ASSIGNED RESOURCES FOR POLITICS OF PLEASURE

WATCH:
Elisabeth Lloyd on The Case of the Female Orgasm (to 45:56)
Elizabeth Lloyd

“This is what I sometimes refer to as ‘locker room science.’ It seems that these authors did not actually use the references they cited, but rather employed common, but mistaken, locker room understandings of female sexuality in their scientific research.”

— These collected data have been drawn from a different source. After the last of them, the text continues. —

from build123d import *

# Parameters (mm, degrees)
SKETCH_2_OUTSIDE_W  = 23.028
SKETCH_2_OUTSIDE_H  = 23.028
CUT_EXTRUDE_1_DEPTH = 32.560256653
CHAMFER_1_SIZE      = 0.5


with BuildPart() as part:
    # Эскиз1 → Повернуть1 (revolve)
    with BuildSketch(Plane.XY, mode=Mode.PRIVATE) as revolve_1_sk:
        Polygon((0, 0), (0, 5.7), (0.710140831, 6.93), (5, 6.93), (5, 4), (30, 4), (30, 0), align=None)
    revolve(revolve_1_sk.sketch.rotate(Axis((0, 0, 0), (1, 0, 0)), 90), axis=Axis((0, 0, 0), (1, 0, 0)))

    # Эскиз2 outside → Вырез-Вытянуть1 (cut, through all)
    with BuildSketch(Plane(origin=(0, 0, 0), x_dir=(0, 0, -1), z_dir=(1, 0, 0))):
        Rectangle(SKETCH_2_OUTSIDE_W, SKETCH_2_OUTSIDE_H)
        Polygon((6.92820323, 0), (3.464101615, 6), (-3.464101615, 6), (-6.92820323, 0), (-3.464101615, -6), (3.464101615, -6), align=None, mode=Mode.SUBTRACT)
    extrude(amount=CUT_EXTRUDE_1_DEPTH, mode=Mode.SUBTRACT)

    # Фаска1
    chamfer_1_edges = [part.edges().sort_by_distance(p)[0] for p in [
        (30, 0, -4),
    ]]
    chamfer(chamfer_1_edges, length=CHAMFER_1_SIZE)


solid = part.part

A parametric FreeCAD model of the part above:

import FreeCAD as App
import Part
import Sketcher
from FreeCAD import Vector
Q = App.Units.Quantity


def edges_at(feature, points):
    """Names of the edges that pass closest to the given points."""
    edges = feature.Shape.Edges
    near = lambda p: min(range(len(edges)), key=lambda i: edges[i].distToShape(Part.Vertex(*p))[0])
    return sorted({f"Edge{near(p) + 1}" for p in points})


def add_polygon(sketch, points):
    """Adds a closed chain of lines whose ends are joined by coincident constraints."""
    first, n = sketch.GeometryCount, len(points)
    for a, b in zip(points, points[1:] + points[:1]):
        sketch.addGeometry(Part.LineSegment(App.Vector(*a, 0), App.Vector(*b, 0)), False)
    for i in range(n):
        sketch.addConstraint(Sketcher.Constraint("Coincident", first + i, 2, first + (i + 1) % n, 1))

doc = App.newDocument("Part")
body = doc.addObject("PartDesign::Body", "Body")

# Sketch on XY plane
sketch1 = body.newObject("Sketcher::SketchObject", "Sketch")
sketch1.AttachmentSupport = (doc.getObject("XY_Plane"), [""])
sketch1.MapMode = "FlatFace"
add_polygon(sketch1, [(0, 5.7), (0, 0), (30, 0), (30, 4), (5, 4), (5, 6.9), (0.7, 6.9)])  # lines 0-6
sketch1.addConstraint([
    Sketcher.Constraint("Vertical", 0),
    Sketcher.Constraint("Horizontal", 1),
    Sketcher.Constraint("Vertical", 2),
    Sketcher.Constraint("Horizontal", 3),
    Sketcher.Constraint("Vertical", 4),
    Sketcher.Constraint("Horizontal", 5),
    Sketcher.Constraint("Coincident", 0, 2, -1, 1),
    Sketcher.Constraint("DistanceX", 1, 1, 1, 2, 30.0),
    Sketcher.Constraint("DistanceX", 3, 2, 3, 1, 25.0),
    Sketcher.Constraint("DistanceY", 2, 1, 2, 2, 4.0),
    Sketcher.Constraint("Angle", 6, Q("-120 deg")),
    Sketcher.Constraint("DistanceY", 0, 2, 0, 1, 5.7),
    Sketcher.Constraint("DistanceY", 4, 1, 4, 2, 2.93),
])
revolution = body.newObject("PartDesign::Revolution", "Revolution")
revolution.Profile = sketch1
revolution.ReferenceAxis = (sketch1, ["H_Axis"])
revolution.Angle = 360

# Sketch on YZ plane
sketch2 = body.newObject("Sketcher::SketchObject", "Sketch001")
sketch2.AttachmentSupport = (doc.getObject("YZ_Plane"), [""])
sketch2.MapMode = "FlatFace"
add_polygon(sketch2, [(12, 12), (-12, 12), (-12, -12), (12, -12)])  # lines 0-3
add_polygon(sketch2, [(6, -3), (0, -7), (-6, -3), (-6, 3), (0, 7), (6, 3)])  # lines 4-9
sketch2.addConstraint([
    Sketcher.Constraint("Horizontal", 0),
    Sketcher.Constraint("Vertical", 1),
    Sketcher.Constraint("Horizontal", 2),
    Sketcher.Constraint("Vertical", 3),
    Sketcher.Constraint("Vertical", 6),
    Sketcher.Constraint("Vertical", 9),
    Sketcher.Constraint("Symmetric", 0, 2, 2, 2, -1, 1),
    Sketcher.Constraint("Symmetric", 4, 2, 7, 2, -1, 1),
    Sketcher.Constraint("Symmetric", 5, 2, 8, 2, -1, 1),
    Sketcher.Constraint("PointOnObject", 4, 2, -2),
    Sketcher.Constraint("Parallel", 4, 7),
    Sketcher.Constraint("Horizontal", 6, 2, 8, 2),
    Sketcher.Constraint("Equal", 2, 1),
    Sketcher.Constraint("Angle", 4, Q("-150 deg")),
    Sketcher.Constraint("DistanceX", 5, 2, -1, 1, 6.0),
    Sketcher.Constraint("DistanceX", 0, 2, 0, 1, 23.028),
    Sketcher.Constraint("DistanceY", 5, 2, -1, 1, 3.464102),
])
pocket1 = body.newObject("PartDesign::Pocket", "Pocket")
pocket1.Profile = sketch2
pocket1.Type = "ThroughAll"
pocket1.Reversed = True
doc.recompute()

chamfer = body.newObject("PartDesign::Chamfer", "Chamfer")
chamfer.Base = (pocket1, edges_at(pocket1, [(30, 0, -4)]))
chamfer.Size = 0.5

doc.recompute()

Elisabeth Lloyd on The Case of the Female Orgasm

We saw in the third and fourth modules for this course that for much of Western history and in many parts of the world it has been believed that women as well as men emit semen when they experience sexual pleasure and during orgasm. The assumption has long been that female semen and orgasm would be necessary for sexual reproduction just like male semen and orgasm and that the male and female bodies would function analogously. As we also saw, in the immediate aftermath of the discovery that women do not in fact emit semen, and that female orgasm is not actually necessary for conception to occur, the normalcy of female sexual pleasure and orgasm were cast into doubt by Victorian scientists. Since the 19th century, scientists have been perplexed about why women experience sexual pleasure or have orgasms at all if, unlike male pleasure and orgasm, these do not serve an obvious purpose in reproduction.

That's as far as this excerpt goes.